Execution Graphs

Execution graphs provide a way for applications to dispatch multiple operations dynamically from a single initial command on the host. To achieve this, a new execution graph pipeline is provided, that links together multiple shaders or pipelines which each describe one or more operations that can be dispatched within the execution graph. Each linked pipeline or shader describes an execution node within the graph, which can be dispatched dynamically from another shader within the same graph. This allows applications to describe much richer execution topologies at a finer granularity than would typically be possible with API commands alone.

Pipeline Creation

vkCreateExecutionGraphPipelinesAMDXCreates a new execution graph pipeline object
VkExecutionGraphPipelineCreateInfoAMDXStructure specifying parameters of a newly created execution graph pipeline
VK_SHADER_INDEX_UNUSED_AMDXSentinel for an unused shader index
VkPipelineShaderStageNodeCreateInfoAMDXStructure specifying the shader name and index with an execution graph
vkGetExecutionGraphPipelineNodeIndexAMDXQuery internal id of a node in an execution graph

Initializing Scratch Memory

Implementations may need scratch memory to manage dispatch queues or similar when executing a pipeline graph, and this is explicitly managed by the application.

vkGetExecutionGraphPipelineScratchSizeAMDXQuery scratch space required to dispatch an execution graph
VkExecutionGraphPipelineScratchSizeAMDXStructure describing the scratch space required to dispatch an execution graph
vkCmdInitializeGraphScratchMemoryAMDXInitialize scratch memory for an execution graph

Dispatching a Graph

Initial dispatch of an execution graph is done from the host in the same way as any other command, and can be used in a similar way to compute dispatch commands, with indirect variants available.
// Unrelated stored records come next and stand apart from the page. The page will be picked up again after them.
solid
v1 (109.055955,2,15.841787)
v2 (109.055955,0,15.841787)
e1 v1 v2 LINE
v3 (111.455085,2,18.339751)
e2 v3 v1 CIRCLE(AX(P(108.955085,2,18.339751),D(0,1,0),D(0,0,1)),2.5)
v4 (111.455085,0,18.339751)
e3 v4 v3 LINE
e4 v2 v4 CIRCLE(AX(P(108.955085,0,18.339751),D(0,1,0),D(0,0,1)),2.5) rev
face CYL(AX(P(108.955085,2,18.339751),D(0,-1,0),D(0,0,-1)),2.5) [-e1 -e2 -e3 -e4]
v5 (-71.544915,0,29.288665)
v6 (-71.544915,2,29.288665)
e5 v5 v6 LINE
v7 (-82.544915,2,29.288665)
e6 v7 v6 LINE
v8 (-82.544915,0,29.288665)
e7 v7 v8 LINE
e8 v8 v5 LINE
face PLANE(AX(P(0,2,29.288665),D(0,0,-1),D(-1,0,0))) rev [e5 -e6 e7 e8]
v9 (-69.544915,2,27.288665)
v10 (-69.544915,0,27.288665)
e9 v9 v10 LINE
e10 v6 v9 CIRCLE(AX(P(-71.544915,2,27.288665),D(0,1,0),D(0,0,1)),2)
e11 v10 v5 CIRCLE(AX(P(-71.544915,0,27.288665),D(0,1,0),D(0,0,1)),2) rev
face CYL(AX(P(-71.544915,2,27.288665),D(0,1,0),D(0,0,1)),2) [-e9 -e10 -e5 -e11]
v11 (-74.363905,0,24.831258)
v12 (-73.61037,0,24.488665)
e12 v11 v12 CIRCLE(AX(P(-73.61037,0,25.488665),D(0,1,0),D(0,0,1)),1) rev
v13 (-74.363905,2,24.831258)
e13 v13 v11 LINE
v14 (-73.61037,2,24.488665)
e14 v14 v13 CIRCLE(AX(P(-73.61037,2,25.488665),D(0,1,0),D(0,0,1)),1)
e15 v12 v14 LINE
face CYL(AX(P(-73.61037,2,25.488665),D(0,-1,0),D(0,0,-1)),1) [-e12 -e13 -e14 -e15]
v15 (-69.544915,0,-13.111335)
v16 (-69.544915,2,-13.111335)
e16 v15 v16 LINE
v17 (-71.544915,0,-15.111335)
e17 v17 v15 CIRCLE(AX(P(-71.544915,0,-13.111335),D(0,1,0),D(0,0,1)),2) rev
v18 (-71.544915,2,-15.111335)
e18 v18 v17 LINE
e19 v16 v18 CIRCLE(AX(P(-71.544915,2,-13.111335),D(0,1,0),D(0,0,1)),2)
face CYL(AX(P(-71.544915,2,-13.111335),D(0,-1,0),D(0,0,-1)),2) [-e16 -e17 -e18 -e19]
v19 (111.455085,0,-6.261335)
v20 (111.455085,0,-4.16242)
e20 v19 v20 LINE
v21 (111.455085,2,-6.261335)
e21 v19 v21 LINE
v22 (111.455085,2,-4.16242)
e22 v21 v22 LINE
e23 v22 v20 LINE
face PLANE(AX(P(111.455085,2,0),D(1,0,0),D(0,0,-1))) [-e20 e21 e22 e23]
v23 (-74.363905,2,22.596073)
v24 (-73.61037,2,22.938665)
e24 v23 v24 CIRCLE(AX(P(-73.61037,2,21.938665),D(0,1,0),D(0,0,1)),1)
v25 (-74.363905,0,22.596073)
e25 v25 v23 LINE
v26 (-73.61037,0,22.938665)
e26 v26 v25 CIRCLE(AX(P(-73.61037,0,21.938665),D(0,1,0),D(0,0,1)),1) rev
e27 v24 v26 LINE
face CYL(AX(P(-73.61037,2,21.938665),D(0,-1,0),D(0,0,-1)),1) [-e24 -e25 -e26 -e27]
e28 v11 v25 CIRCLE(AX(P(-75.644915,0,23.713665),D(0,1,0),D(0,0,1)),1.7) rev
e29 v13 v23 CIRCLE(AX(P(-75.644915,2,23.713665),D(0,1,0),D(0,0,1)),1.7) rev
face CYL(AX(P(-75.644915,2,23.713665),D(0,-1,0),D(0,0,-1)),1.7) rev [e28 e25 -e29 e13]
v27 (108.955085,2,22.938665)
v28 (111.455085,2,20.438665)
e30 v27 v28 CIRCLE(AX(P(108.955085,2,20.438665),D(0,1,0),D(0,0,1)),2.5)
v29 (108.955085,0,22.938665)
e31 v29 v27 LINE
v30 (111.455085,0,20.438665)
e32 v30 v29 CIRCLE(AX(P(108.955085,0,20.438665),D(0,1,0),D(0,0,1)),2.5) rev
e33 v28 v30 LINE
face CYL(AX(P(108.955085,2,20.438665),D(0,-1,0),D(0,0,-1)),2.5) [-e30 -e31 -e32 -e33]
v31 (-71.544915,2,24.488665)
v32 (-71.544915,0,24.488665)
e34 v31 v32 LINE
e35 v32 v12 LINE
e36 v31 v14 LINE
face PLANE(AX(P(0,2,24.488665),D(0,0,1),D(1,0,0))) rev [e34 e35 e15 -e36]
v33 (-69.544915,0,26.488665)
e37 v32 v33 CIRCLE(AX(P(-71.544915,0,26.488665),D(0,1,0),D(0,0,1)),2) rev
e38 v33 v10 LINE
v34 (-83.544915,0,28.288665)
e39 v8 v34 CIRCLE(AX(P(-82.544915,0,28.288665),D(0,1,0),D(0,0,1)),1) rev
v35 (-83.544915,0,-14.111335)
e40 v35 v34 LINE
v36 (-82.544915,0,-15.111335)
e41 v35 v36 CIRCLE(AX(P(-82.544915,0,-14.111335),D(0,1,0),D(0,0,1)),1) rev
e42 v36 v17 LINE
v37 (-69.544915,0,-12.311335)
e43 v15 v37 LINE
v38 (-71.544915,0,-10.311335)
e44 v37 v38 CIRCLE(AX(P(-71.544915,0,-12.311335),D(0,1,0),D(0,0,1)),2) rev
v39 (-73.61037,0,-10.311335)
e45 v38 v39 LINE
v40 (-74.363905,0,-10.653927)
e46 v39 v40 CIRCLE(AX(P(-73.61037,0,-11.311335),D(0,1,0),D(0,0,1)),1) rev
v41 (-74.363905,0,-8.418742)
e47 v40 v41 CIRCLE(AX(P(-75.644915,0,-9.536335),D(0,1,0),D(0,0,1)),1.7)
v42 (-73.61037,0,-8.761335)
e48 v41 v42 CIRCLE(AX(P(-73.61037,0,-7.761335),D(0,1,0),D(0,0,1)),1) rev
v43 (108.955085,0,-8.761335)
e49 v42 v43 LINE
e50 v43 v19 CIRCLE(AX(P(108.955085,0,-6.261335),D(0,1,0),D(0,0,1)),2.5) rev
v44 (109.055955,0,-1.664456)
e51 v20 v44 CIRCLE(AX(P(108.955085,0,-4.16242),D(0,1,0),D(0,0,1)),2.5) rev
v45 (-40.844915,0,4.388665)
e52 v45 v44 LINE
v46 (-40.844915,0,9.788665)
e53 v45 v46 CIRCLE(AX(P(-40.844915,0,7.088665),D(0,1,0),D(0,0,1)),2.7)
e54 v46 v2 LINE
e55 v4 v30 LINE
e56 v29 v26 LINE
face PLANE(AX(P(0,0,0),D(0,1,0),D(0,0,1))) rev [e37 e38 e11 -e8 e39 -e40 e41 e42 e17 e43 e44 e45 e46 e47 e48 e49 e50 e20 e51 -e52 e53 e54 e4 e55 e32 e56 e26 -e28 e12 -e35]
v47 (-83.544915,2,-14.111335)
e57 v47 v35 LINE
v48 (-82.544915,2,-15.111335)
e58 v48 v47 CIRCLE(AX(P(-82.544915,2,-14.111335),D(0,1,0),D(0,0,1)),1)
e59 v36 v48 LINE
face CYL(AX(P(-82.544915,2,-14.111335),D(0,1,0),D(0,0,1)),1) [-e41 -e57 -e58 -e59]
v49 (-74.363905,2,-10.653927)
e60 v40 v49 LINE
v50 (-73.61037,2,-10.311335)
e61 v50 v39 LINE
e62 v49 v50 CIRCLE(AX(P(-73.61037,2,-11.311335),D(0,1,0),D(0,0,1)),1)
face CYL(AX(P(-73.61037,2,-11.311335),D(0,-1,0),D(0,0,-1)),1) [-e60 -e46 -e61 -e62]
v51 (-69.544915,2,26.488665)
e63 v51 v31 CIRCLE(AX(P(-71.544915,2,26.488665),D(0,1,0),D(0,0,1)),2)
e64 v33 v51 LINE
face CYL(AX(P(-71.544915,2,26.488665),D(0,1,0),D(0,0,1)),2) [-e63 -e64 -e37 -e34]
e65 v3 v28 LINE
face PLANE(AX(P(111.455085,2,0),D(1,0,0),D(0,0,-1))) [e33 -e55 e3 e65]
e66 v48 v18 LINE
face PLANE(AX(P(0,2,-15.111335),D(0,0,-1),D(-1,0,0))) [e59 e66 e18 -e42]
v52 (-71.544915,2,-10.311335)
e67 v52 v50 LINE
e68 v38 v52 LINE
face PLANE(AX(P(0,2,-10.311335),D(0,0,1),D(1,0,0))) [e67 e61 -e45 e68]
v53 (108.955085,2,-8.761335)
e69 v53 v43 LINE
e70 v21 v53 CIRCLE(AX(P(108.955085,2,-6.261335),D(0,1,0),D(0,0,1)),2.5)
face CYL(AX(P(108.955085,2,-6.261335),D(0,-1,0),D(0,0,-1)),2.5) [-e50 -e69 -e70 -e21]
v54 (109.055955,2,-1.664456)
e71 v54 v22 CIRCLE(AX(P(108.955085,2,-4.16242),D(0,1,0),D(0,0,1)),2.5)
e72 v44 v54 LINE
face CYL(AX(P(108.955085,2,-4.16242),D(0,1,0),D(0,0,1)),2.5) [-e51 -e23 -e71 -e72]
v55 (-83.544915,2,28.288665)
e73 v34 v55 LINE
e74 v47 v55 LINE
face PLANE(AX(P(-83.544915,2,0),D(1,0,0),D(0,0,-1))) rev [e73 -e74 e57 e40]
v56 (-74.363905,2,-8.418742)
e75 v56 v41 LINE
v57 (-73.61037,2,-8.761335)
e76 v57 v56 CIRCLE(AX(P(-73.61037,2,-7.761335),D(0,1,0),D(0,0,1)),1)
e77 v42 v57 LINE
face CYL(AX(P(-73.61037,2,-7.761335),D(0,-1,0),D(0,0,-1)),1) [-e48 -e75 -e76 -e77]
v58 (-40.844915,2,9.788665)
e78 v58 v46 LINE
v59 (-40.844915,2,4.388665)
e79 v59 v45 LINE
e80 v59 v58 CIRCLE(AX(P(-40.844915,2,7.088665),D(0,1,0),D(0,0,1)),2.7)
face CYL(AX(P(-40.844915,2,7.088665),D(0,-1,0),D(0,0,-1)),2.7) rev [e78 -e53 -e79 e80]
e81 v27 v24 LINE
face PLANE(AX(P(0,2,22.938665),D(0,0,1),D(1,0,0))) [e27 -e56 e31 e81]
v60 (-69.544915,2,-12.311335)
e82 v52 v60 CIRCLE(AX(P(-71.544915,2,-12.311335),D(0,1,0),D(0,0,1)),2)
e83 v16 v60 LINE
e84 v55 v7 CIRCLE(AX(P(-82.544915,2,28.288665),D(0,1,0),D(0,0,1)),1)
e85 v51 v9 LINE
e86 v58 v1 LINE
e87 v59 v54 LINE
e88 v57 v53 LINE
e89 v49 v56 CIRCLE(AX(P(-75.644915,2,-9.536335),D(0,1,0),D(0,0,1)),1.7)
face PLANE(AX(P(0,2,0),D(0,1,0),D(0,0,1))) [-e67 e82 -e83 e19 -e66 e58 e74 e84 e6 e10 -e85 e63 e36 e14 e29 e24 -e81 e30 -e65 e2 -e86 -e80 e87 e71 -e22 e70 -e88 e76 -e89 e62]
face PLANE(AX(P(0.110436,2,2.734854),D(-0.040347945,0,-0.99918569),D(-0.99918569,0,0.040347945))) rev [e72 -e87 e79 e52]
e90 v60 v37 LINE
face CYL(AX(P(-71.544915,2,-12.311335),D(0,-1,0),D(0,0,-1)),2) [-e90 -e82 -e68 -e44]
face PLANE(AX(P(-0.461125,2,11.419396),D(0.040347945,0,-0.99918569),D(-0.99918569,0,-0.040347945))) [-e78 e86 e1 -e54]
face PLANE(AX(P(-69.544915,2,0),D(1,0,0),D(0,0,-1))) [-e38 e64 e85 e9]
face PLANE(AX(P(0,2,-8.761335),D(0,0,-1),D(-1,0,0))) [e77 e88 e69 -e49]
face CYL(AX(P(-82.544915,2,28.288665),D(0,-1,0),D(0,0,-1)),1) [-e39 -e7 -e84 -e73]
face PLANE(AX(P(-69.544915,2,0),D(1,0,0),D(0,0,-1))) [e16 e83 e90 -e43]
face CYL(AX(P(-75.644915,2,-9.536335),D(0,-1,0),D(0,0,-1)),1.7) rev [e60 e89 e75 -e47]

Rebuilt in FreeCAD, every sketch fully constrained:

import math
import FreeCAD as App
import Part
import Sketcher


def edges_at(feature, points):
    """Names of the edges that pass closest to the given points."""
    edges = feature.Shape.Edges
    near = lambda p: min(range(len(edges)), key=lambda i: edges[i].distToShape(Part.Vertex(*p))[0])
    return sorted({f"Edge{near(p) + 1}" for p in points})

doc = App.newDocument("Part")
body = doc.addObject("PartDesign::Body", "Body")

# Sketch on XZ plane
sketch1 = doc.addObject("Sketcher::SketchObject", "Sketch")
body.addObject(sketch1)
sketch1.AttachmentSupport = (doc.XZ_Plane, [""])
sketch1.MapMode = "FlatFace"
sketch1.addGeometry([
    Part.ArcOfCircle(Part.Circle(App.Vector(-40.8, 7.1, 0), App.Vector(0, 0, 1), 2.7), math.radians(90), math.radians(270)),  # 0
    Part.LineSegment(App.Vector(-40.8, 4.4, 0), App.Vector(111.5, -1.8, 0)),  # 1
    Part.LineSegment(App.Vector(111.5, -1.8, 0), App.Vector(111.5, -8.8, 0)),  # 2
    Part.LineSegment(App.Vector(111.5, -8.8, 0), App.Vector(-74.1, -8.8, 0)),  # 3
    Part.ArcOfCircle(Part.Circle(App.Vector(-75.6, -9.5, 0), App.Vector(0, 0, 1), 1.7), math.radians(27), math.radians(333)),  # 4
    Part.LineSegment(App.Vector(-74.1, -10.3, 0), App.Vector(-69.5, -10.3, 0)),  # 5
    Part.LineSegment(App.Vector(-69.5, -10.3, 0), App.Vector(-69.5, -15.1, 0)),  # 6
    Part.LineSegment(App.Vector(-69.5, -15.1, 0), App.Vector(-83.5, -15.1, 0)),  # 7
    Part.LineSegment(App.Vector(-83.5, -15.1, 0), App.Vector(-83.5, 29.3, 0)),  # 8
    Part.LineSegment(App.Vector(-83.5, 29.3, 0), App.Vector(-69.5, 29.3, 0)),  # 9
    Part.LineSegment(App.Vector(-69.5, 29.3, 0), App.Vector(-69.5, 24.5, 0)),  # 10
    Part.LineSegment(App.Vector(-69.5, 24.5, 0), App.Vector(-74.1, 24.5, 0)),  # 11
    Part.ArcOfCircle(Part.Circle(App.Vector(-75.6, 23.7, 0), App.Vector(0, 0, 1), 1.7), math.radians(27), math.radians(333)),  # 12
    Part.LineSegment(App.Vector(-74.1, 22.9, 0), App.Vector(111.5, 22.9, 0)),  # 13
    Part.LineSegment(App.Vector(111.5, 22.9, 0), App.Vector(111.5, 15.9, 0)),  # 14
    Part.LineSegment(App.Vector(111.5, 15.9, 0), App.Vector(-40.8, 9.8, 0)),  # 15
], False)
sketch1.addConstraint([
    Sketcher.Constraint("Coincident", 0, 2, 1, 1),
    Sketcher.Constraint("Coincident", 1, 2, 2, 1),
    Sketcher.Constraint("Coincident", 2, 2, 3, 1),
    Sketcher.Constraint("Coincident", 3, 2, 4, 1),
    Sketcher.Constraint("Coincident", 4, 2, 5, 1),
    Sketcher.Constraint("Coincident", 5, 2, 6, 1),
    Sketcher.Constraint("Coincident", 6, 2, 7, 1),
    Sketcher.Constraint("Coincident", 7, 2, 8, 1),
    Sketcher.Constraint("Coincident", 8, 2, 9, 1),
    Sketcher.Constraint("Coincident", 9, 2, 10, 1),
    Sketcher.Constraint("Coincident", 10, 2, 11, 1),
    Sketcher.Constraint("Coincident", 11, 2, 12, 1),
    Sketcher.Constraint("Coincident", 12, 2, 13, 1),
    Sketcher.Constraint("Coincident", 13, 2, 14, 1),
    Sketcher.Constraint("Coincident", 14, 2, 15, 1),
    Sketcher.Constraint("Coincident", 15, 2, 0, 1),
    Sketcher.Constraint("Vertical", 2),
    Sketcher.Constraint("Horizontal", 3),
    Sketcher.Constraint("Horizontal", 5),
    Sketcher.Constraint("Vertical", 6),
    Sketcher.Constraint("Horizontal", 7),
vkCmdDispatchGraphAMDXDispatch an execution graph
vkCmdDispatchGraphIndirectAMDXDispatch an execution graph with node and payload parameters read on the device
vkCmdDispatchGraphIndirectCountAMDXDispatch an execution graph with all parameters read on the device
VkDeviceOrHostAddressConstAMDXUnion specifying a const device or host address
VkDispatchGraphCountInfoAMDXStructure specifying count parameters for execution graph dispatch
VkDispatchGraphInfoAMDXStructure specifying node parameters for execution graph dispatch

Shader Enqueue

Compute shaders in an execution graph can use the OpInitializeNodePayloadsAMDX to initialize nodes for dispatch. Any node payload initialized in this way will be enqueued for dispatch once the shader is done writing to the payload. As compilers may be conservative when making this determination, shaders can further call OpFinalizeNodePayloadsAMDX to guarantee that the payload is no longer being written.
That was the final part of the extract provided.